:: Exercise objective ::
Below are the records. Retype exactly the lines between the lines holding "add(wytnij_wyci_gni_cie2, mode=Mode.SUBTRACT)" and "add(wytnij_wyci_gni_cie6, mode=Mode.SUBTRACT)", inclusive.

[Collected data entries]
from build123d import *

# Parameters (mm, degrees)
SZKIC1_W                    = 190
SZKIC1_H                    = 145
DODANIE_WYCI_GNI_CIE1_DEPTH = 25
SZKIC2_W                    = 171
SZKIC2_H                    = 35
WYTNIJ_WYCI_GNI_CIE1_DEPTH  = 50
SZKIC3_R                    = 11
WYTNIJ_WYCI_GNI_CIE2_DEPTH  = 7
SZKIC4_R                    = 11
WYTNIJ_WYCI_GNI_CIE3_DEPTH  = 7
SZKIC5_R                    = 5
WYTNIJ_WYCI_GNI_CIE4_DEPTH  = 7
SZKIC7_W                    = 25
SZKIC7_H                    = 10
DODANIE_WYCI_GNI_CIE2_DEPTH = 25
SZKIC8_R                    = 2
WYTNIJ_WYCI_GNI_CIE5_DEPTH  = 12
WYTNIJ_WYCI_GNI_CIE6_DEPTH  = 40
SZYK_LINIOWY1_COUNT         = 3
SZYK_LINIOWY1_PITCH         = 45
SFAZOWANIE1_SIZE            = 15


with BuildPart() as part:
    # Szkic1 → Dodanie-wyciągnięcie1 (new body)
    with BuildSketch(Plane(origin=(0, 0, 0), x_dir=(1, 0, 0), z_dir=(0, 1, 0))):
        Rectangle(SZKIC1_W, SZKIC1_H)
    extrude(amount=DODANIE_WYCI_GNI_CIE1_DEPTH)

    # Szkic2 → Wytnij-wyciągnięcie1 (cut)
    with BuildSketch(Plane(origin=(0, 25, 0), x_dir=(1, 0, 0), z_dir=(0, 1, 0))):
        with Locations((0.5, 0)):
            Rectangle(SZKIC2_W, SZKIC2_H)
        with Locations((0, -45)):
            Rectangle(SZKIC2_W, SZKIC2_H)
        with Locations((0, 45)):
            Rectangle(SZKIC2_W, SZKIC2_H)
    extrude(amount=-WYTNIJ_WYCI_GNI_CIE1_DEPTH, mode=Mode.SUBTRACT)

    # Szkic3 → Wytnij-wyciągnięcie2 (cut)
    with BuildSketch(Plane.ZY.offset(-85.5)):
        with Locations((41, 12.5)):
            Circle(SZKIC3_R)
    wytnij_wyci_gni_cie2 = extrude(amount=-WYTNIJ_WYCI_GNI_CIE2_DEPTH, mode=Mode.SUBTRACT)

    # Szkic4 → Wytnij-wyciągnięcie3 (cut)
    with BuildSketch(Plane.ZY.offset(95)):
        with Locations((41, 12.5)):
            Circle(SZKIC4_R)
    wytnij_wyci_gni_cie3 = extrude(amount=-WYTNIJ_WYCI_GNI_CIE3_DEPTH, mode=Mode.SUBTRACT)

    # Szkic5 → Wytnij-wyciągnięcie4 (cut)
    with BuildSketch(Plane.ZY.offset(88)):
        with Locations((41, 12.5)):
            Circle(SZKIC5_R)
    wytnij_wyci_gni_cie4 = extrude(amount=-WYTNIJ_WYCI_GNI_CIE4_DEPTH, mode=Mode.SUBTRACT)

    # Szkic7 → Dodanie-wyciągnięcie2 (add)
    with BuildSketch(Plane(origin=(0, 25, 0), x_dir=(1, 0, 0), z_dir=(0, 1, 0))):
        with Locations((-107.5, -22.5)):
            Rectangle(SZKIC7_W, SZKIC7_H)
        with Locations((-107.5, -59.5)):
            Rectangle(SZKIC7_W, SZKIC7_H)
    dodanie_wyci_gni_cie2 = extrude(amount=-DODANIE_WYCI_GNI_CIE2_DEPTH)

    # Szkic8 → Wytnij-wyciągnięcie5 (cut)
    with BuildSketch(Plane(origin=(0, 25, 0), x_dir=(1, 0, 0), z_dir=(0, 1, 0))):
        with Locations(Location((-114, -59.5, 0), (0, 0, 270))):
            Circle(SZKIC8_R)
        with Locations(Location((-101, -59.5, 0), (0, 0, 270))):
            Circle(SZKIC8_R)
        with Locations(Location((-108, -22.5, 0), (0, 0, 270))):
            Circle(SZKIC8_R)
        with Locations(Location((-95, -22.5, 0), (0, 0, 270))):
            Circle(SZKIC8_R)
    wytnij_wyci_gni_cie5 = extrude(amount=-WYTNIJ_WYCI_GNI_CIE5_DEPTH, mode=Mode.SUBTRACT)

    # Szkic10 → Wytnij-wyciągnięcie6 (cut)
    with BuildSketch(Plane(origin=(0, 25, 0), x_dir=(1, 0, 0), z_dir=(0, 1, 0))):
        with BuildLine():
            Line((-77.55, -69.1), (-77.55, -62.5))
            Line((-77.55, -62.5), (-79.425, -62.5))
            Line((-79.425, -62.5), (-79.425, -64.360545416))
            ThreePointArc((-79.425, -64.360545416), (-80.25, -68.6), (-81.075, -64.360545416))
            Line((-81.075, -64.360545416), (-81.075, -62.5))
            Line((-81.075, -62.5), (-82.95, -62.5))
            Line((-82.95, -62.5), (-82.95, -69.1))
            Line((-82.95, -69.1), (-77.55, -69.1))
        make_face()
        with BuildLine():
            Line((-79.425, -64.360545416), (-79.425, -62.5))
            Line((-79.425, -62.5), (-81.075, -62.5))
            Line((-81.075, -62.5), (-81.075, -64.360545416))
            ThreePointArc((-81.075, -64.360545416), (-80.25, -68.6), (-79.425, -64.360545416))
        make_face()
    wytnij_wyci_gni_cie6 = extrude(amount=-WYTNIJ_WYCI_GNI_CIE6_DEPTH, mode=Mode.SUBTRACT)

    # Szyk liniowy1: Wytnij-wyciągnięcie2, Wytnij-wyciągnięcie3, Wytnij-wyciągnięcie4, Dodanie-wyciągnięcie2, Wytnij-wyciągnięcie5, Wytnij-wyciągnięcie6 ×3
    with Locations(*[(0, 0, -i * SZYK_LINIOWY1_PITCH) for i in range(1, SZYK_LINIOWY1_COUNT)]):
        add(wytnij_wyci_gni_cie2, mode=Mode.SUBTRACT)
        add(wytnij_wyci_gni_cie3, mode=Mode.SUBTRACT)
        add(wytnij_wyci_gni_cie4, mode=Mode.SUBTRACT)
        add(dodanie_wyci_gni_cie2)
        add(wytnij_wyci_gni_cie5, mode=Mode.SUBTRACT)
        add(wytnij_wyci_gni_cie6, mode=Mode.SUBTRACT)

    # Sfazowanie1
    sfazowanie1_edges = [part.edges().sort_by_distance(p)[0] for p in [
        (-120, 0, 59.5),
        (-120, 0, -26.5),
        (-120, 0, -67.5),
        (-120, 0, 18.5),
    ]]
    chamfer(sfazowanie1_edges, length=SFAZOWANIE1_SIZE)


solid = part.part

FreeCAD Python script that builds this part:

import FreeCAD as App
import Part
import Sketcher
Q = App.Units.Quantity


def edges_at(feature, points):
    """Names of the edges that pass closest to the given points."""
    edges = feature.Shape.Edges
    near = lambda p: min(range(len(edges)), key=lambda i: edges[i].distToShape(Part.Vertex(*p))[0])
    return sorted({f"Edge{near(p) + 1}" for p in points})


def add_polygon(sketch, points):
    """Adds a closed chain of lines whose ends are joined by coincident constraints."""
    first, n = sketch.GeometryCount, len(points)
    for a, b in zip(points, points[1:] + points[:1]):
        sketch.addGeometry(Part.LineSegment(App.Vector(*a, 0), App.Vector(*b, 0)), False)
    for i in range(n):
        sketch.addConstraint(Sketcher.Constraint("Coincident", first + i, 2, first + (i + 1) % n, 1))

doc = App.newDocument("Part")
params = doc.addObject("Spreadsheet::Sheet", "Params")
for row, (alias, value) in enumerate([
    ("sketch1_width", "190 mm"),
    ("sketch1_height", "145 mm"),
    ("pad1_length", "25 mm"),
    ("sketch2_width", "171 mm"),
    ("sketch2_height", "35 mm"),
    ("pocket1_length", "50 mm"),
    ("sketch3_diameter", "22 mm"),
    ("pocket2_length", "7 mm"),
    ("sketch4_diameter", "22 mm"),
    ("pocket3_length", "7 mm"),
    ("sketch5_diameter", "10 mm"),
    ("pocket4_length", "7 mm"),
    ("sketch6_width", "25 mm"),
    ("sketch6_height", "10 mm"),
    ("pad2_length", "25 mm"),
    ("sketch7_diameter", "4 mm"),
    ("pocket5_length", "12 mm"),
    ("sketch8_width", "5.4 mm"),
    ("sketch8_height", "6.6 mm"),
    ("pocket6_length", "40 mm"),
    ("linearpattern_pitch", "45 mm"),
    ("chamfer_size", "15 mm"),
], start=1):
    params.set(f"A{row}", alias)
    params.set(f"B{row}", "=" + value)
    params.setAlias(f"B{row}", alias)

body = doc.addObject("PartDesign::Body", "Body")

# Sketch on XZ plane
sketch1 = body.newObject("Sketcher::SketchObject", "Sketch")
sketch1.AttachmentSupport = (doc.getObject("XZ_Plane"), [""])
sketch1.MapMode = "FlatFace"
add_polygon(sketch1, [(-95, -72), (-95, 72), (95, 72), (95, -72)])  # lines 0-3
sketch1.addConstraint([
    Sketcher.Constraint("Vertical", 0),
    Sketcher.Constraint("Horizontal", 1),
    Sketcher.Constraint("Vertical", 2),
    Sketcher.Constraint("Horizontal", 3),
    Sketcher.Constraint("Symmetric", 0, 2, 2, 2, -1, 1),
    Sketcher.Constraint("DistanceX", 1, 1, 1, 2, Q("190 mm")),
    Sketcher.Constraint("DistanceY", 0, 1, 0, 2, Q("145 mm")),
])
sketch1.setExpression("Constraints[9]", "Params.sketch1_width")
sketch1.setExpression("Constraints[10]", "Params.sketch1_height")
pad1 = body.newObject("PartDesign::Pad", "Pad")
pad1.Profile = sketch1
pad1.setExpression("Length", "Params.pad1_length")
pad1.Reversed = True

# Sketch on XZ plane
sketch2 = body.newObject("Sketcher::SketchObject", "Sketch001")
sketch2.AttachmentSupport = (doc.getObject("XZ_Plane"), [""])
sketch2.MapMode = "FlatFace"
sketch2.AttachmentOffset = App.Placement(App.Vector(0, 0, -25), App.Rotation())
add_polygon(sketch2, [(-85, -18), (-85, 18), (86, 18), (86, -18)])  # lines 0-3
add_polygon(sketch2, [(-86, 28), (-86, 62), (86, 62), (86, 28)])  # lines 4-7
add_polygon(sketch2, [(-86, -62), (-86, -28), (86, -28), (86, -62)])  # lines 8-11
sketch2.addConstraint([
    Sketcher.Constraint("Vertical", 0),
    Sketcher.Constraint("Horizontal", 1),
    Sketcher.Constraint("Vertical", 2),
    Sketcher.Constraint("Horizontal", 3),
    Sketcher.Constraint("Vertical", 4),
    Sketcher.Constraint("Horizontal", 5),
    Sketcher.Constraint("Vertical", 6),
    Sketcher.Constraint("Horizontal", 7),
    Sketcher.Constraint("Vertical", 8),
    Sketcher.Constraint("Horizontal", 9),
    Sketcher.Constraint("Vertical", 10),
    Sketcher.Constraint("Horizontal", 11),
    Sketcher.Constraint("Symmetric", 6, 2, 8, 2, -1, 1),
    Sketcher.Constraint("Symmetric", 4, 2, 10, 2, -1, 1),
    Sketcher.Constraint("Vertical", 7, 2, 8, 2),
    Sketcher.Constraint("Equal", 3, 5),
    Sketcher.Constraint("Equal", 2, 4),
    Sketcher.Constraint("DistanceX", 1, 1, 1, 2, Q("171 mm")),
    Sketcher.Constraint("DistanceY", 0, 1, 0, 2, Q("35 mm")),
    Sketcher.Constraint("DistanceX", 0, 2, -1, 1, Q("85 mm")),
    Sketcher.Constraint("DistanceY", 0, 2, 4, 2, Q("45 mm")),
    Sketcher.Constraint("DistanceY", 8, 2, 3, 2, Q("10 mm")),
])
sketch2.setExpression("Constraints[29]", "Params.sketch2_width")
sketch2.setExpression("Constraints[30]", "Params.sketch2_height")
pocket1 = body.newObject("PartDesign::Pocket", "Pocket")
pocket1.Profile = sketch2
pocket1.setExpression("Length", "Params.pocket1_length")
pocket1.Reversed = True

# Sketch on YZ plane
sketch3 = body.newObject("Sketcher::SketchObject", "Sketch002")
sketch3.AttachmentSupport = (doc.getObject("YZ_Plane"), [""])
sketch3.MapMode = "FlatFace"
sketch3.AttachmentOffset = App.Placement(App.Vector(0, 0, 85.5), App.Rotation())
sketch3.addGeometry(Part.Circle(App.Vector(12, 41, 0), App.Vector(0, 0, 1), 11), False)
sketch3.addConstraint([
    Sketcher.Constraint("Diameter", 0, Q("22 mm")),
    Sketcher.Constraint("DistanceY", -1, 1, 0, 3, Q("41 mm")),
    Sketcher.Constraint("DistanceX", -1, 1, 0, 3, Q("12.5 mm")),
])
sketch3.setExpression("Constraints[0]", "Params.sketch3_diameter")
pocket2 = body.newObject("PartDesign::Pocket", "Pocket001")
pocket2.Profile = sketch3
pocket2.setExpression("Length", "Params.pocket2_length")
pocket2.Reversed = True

:: Result of the task ::
        add(wytnij_wyci_gni_cie2, mode=Mode.SUBTRACT)
        add(wytnij_wyci_gni_cie3, mode=Mode.SUBTRACT)
        add(wytnij_wyci_gni_cie4, mode=Mode.SUBTRACT)
        add(dodanie_wyci_gni_cie2)
        add(wytnij_wyci_gni_cie5, mode=Mode.SUBTRACT)
        add(wytnij_wyci_gni_cie6, mode=Mode.SUBTRACT)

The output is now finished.